Unboundedness or innovation plausibly has something to do with the language faculty’s ‘productivity’.27 A generative theory of language, if correct, suggests that the language faculty can provide at the “conceptual-intentional” interface(s), in principle, an unlimited number of “perspectives” (to use Chomsky’s term for them). These perspectives can be thought of as complex forms of concept – essentially, sententially ‘expressed’ concepts. The unlimited set of possible outputs is a discrete set: each complex item (sentence/expression/sentential ‘concept’) is in its structure and character distinct from any other. Intuitively, the theory explains why an ‘und
erstanding’ of one sentence is distinct from an understanding of another or, to use semi-technical vocabulary that avoids the direct use of charged words like ‘understand’, it indicates that the internal or intrinsic content of any one sentence that a person’s I-language can ‘generate’ is distinct from that of any other.
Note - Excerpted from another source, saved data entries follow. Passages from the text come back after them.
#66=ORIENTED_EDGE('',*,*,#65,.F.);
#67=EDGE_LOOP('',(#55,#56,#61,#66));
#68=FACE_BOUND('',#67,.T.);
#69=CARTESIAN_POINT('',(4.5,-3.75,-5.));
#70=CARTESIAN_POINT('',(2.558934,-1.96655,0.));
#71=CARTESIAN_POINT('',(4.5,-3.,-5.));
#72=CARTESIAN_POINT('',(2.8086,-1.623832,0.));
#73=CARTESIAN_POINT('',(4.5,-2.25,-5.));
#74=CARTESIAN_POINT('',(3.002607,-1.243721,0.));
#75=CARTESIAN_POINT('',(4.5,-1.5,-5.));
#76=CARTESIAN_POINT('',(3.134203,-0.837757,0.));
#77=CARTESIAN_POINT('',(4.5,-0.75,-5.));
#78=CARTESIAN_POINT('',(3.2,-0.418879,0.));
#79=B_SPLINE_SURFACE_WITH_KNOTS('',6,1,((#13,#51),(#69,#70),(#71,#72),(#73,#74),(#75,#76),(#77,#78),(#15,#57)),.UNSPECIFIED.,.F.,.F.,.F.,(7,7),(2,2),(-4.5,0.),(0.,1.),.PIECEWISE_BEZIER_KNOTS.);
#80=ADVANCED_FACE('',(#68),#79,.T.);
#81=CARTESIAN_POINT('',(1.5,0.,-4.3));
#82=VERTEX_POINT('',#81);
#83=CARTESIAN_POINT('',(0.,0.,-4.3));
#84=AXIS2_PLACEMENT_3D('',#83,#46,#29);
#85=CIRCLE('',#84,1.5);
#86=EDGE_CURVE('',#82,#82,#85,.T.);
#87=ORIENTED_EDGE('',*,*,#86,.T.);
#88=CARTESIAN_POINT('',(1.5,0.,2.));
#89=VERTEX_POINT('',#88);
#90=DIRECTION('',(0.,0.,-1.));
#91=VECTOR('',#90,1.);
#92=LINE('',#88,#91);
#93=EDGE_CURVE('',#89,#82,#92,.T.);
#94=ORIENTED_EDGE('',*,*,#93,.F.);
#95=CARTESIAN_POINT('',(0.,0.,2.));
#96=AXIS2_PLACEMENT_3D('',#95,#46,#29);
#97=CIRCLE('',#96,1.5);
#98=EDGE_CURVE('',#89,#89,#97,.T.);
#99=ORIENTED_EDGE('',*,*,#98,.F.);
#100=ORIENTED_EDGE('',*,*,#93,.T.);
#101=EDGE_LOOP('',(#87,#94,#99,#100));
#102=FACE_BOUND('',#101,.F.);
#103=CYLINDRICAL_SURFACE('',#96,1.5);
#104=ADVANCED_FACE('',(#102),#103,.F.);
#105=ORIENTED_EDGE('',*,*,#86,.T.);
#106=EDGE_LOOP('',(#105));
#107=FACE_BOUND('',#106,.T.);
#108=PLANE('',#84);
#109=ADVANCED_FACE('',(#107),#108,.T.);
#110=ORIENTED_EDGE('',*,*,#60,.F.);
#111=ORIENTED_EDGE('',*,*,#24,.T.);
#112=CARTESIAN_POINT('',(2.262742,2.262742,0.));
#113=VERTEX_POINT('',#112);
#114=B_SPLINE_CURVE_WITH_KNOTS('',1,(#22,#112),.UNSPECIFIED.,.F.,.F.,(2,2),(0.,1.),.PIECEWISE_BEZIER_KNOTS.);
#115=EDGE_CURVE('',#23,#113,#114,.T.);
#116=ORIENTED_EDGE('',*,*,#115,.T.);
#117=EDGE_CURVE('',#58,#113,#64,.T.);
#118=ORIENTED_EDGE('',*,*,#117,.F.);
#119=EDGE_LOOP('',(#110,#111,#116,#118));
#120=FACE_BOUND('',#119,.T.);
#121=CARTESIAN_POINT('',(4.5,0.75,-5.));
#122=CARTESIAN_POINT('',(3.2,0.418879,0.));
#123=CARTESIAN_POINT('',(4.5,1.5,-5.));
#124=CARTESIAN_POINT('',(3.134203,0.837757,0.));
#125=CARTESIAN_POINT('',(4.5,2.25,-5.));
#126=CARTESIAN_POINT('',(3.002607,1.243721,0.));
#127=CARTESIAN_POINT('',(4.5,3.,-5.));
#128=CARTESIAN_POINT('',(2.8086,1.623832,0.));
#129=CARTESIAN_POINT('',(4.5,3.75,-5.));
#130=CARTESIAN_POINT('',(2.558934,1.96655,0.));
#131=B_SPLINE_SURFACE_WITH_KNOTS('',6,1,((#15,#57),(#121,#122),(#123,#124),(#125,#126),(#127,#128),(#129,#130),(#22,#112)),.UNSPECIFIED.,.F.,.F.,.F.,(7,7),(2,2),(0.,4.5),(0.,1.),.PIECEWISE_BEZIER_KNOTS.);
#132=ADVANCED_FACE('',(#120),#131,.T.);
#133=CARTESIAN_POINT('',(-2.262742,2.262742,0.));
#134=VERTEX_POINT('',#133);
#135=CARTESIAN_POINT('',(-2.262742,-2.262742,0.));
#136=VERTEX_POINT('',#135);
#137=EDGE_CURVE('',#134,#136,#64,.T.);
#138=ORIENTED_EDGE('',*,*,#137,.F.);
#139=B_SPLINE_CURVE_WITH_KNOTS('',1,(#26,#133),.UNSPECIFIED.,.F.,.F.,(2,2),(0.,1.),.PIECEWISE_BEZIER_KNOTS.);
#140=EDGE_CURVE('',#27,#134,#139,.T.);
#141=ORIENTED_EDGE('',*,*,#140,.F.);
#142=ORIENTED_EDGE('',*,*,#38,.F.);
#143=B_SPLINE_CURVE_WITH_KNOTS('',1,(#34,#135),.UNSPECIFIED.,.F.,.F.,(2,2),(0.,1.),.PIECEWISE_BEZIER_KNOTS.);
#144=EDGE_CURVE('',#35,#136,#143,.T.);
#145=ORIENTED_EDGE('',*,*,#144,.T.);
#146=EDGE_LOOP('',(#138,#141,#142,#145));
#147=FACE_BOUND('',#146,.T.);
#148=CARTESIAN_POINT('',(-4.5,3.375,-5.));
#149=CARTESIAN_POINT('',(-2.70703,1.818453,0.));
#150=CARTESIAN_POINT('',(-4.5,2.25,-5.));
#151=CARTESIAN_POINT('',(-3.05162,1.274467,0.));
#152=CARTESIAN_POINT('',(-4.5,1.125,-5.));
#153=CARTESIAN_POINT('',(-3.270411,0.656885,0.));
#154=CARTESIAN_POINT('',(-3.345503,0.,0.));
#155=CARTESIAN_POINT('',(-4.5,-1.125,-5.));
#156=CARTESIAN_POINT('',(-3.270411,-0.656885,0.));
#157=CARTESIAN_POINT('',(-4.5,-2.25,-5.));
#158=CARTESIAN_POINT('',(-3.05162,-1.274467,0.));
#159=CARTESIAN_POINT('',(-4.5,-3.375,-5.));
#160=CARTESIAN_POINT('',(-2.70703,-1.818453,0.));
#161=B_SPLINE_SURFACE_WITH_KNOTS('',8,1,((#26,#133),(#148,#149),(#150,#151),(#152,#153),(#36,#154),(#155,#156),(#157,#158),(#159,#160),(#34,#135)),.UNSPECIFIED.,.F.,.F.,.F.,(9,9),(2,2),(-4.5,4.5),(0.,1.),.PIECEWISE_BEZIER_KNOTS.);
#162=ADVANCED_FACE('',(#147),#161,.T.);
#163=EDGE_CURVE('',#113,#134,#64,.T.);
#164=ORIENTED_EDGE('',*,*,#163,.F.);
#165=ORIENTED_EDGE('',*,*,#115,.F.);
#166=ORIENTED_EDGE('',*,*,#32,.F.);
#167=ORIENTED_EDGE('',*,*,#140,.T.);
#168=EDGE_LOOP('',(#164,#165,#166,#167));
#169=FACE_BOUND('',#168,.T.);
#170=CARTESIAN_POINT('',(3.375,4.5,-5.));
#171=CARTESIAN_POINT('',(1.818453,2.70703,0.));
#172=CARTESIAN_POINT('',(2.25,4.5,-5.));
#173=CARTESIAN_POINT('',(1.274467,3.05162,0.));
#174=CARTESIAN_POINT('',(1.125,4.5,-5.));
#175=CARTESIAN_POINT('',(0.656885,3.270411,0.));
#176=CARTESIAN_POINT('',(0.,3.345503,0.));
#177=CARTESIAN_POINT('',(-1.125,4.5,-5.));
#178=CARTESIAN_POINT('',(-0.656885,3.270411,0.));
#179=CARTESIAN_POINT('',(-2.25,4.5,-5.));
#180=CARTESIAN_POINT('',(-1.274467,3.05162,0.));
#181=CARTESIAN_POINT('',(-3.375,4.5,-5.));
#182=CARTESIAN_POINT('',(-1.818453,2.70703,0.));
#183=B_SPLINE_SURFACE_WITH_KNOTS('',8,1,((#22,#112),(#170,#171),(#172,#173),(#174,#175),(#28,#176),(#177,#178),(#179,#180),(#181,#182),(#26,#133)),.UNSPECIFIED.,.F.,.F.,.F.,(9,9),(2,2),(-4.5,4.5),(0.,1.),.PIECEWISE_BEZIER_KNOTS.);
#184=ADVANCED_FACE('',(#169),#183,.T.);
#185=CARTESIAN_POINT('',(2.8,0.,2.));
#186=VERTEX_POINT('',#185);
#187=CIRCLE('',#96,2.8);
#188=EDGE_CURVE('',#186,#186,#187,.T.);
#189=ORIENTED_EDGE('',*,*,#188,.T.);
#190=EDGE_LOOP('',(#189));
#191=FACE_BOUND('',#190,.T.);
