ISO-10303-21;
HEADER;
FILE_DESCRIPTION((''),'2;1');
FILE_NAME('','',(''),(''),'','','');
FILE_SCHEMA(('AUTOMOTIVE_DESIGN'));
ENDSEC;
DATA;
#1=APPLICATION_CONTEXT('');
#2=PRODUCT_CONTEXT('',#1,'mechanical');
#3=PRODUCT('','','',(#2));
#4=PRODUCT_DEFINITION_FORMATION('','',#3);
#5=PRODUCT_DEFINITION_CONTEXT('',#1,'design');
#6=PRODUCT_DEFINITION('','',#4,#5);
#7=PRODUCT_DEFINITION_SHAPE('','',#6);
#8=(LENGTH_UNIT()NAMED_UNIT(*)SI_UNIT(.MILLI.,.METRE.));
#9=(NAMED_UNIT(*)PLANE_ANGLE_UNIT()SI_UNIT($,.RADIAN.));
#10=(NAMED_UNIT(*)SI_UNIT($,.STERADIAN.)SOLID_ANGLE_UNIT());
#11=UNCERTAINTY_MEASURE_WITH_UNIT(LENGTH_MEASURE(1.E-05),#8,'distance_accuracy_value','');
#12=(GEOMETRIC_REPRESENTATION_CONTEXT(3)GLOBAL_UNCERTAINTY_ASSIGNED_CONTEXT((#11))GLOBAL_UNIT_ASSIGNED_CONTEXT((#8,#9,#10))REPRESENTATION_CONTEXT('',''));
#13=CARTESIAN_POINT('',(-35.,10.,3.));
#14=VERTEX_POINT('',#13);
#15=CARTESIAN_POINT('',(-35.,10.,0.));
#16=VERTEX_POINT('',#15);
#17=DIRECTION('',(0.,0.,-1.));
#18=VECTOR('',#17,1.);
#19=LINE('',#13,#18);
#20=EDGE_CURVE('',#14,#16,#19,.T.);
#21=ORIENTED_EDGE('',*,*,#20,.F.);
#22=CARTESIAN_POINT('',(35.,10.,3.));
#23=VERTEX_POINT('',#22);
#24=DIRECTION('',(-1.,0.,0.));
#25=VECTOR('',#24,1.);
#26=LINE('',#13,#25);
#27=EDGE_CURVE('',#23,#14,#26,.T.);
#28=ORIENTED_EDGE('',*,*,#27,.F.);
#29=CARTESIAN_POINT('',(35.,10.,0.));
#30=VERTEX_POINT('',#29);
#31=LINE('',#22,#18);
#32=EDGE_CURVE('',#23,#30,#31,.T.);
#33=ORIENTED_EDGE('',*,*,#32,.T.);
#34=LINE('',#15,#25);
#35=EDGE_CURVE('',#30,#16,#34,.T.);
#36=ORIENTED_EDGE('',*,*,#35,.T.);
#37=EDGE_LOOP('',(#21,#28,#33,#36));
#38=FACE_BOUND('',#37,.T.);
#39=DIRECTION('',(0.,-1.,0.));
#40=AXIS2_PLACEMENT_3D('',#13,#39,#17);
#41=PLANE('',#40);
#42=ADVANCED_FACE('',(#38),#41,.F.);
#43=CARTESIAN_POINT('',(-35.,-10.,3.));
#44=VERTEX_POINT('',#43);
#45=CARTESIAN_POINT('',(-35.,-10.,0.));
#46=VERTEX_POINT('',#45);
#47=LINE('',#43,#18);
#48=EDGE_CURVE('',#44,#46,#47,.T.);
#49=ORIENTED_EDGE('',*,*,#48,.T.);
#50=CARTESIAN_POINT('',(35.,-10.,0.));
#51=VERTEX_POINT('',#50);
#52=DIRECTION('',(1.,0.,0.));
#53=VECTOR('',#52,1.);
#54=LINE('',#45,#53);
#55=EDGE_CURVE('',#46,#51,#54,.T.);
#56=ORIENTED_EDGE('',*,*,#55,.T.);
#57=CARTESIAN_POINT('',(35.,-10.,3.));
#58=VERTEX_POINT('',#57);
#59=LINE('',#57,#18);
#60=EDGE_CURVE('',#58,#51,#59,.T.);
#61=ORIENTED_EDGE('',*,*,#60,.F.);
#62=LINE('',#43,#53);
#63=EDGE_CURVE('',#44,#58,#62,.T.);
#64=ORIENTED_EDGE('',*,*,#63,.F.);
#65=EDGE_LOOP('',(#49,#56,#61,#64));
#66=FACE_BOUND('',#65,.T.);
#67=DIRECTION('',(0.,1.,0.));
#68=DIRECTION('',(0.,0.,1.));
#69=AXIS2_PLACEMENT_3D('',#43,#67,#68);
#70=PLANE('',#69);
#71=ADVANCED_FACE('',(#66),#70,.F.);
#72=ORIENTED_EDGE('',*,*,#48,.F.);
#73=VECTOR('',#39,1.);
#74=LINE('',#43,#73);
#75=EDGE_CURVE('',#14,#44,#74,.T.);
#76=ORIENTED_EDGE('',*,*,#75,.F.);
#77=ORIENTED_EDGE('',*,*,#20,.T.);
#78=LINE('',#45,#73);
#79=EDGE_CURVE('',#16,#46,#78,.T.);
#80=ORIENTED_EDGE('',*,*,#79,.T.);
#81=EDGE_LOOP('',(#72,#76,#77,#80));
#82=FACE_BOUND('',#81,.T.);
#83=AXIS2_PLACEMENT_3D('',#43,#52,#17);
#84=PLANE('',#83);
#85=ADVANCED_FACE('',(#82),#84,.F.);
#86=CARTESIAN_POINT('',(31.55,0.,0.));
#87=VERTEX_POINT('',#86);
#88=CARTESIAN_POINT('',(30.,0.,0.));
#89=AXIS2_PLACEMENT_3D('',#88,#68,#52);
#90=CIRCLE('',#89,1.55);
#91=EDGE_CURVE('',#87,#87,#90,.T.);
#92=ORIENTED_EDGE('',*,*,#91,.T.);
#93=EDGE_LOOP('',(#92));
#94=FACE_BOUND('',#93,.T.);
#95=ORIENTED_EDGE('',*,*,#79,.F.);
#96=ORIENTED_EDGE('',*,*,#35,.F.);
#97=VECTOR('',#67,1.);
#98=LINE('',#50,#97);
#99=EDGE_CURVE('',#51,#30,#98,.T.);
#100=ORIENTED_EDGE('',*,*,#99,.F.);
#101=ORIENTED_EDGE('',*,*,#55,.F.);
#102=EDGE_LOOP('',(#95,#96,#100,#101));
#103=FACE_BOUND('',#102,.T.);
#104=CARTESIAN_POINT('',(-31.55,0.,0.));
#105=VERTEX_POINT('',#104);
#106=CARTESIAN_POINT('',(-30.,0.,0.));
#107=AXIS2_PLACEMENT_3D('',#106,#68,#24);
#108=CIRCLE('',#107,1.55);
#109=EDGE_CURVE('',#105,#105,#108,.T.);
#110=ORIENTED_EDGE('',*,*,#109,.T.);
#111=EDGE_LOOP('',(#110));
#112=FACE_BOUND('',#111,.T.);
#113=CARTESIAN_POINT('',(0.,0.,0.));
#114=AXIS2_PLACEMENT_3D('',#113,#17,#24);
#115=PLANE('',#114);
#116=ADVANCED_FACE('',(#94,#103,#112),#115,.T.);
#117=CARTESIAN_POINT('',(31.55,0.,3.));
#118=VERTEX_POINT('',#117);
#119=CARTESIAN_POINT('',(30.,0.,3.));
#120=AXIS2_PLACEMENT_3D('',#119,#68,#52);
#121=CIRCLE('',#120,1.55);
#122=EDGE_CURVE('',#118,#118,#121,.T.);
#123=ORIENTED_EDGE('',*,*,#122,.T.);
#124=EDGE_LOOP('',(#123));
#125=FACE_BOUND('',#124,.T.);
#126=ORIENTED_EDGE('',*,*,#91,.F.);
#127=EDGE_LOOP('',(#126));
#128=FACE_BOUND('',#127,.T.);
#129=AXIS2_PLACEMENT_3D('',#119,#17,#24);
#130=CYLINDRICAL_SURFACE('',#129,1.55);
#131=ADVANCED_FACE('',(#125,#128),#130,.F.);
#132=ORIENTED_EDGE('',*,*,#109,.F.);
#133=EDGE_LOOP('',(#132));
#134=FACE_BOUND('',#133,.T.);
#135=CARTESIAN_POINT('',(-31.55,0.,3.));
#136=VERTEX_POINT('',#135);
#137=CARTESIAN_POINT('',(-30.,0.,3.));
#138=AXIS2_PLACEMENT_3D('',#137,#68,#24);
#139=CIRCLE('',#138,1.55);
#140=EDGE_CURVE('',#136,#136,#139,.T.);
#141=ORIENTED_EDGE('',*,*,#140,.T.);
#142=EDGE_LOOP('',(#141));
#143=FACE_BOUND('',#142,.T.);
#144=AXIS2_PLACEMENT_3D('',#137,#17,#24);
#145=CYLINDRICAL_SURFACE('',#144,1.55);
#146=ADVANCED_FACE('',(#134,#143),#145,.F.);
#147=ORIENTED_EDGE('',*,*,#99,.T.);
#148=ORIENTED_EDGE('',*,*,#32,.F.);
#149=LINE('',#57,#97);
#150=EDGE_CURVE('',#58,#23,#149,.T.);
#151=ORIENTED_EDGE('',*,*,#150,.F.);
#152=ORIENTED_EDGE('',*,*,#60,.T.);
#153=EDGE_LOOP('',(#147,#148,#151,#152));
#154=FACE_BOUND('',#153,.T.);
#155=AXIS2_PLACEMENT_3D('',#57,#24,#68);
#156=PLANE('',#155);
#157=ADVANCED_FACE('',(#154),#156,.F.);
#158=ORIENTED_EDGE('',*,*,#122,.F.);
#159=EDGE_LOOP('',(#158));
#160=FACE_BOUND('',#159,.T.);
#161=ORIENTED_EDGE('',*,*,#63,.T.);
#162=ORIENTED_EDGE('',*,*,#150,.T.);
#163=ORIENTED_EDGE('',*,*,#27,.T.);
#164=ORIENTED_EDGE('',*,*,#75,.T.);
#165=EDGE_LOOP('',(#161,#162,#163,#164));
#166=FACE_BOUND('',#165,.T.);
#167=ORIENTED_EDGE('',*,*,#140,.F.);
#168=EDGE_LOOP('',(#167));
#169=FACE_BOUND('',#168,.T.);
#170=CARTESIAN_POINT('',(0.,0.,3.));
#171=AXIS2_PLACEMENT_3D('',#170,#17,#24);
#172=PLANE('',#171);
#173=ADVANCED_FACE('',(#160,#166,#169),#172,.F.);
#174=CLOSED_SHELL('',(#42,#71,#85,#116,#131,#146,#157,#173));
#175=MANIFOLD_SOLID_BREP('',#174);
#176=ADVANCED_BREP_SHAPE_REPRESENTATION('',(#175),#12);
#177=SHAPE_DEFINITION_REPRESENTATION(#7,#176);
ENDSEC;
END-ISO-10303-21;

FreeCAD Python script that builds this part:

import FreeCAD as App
import Part
import Sketcher
from FreeCAD import Vector
Q = App.Units.Quantity

doc = App.newDocument("Part")
body = doc.addObject("PartDesign::Body", "Body")

sketch1 = doc.addObject("Sketcher::SketchObject", "Sketch")
body.addObject(sketch1)
sketch1.AttachmentSupport = (doc.XY_Plane, [""])
sketch1.MapMode = "FlatFace"
sketch1.addGeometry([
    Part.LineSegment(Vector(-35, 10, 0), Vector(-35, -10, 0)),
    Part.LineSegment(Vector(-35, -10, 0), Vector(35, -10, 0)),
    Part.LineSegment(Vector(35, -10, 0), Vector(35, 10, 0)),
    Part.LineSegment(Vector(35, 10, 0), Vector(-35, 10, 0)),
    Part.Circle(Vector(-30, 0, 0), Vector(0, 0, 1), 1.6),
    Part.Circle(Vector(30, 0, 0), Vector(0, 0, 1), 1.6),
], False)
sketch1.addConstraint([
    Sketcher.Constraint("Coincident", 0, 2, 1, 1),
    Sketcher.Constraint("Coincident", 1, 2, 2, 1),
    Sketcher.Constraint("Coincident", 2, 2, 3, 1),
    Sketcher.Constraint("Coincident", 3, 2, 0, 1),
    Sketcher.Constraint("Vertical", 0),
    Sketcher.Constraint("Horizontal", 1),
    Sketcher.Constraint("Vertical", 2),
    Sketcher.Constraint("Horizontal", 3),
    Sketcher.Constraint("Equal", 4, 5),
    Sketcher.Constraint("Symmetric", 4, 3, 5, 3, -1, 1),
    Sketcher.Constraint("Symmetric", 0, 2, 2, 2, -1, 1),
    Sketcher.Constraint("PointOnObject", 4, 3, -1),
    Sketcher.Constraint("Diameter", 4, Q("3.1 mm")),
    Sketcher.Constraint("DistanceX", 1, 1, 1, 2, Q("70 mm")),
    Sketcher.Constraint("DistanceY", 0, 2, 0, 1, Q("20 mm")),
    Sketcher.Constraint("DistanceX", 4, 3, -1, 1, Q("30 mm")),
])
pad1 = doc.addObject("PartDesign::Pad", "Pad")
body.addObject(pad1)
pad1.Profile = sketch1
pad1.Length = 3

doc.recompute()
It is so because language relies essentially on a recursive procedure that yields hierarchically structured expressions, and each expression consists of two complexes of features at language’s “interfaces,” the phonetic interface and the semantic. Expressions have these characteristics because of Merge, an operation that combines arbitrary ‘concepts’ (meanings of lexical items) to yield through phonetic features ‘sound’ instructions to articulatory and perceptual systems, and through semantic features, ‘information’ for the conceptual–intentional systems with which language ‘communicates’. Various constraints limit the total understandable perspectives available to persons, the total of perspectives available for their use. These include memory constraints, ‘parsing’ constraints, some forms of embedded construction, and so on. But by any measure, what remains is massive expressive power – by reasonable estimates, more comprehensible sentences for people with moderate vocabularies than they could produce or listen to in their lifetimes. So far as making sense of the creative aspect of language use is concerned, this is plenty. All that is asked is that for any given linguistic ‘task’ (suggesting, describing, querying, scolding, gossiping. . .) and any given discourse context (and its “immediate focus of interest,” to recall Strawson’s phrase (in Strawson 1950)), there is no way to set an upper limit on the set of sentences that can be understood and produced by a speaker, even though every such sentence remains appropriate.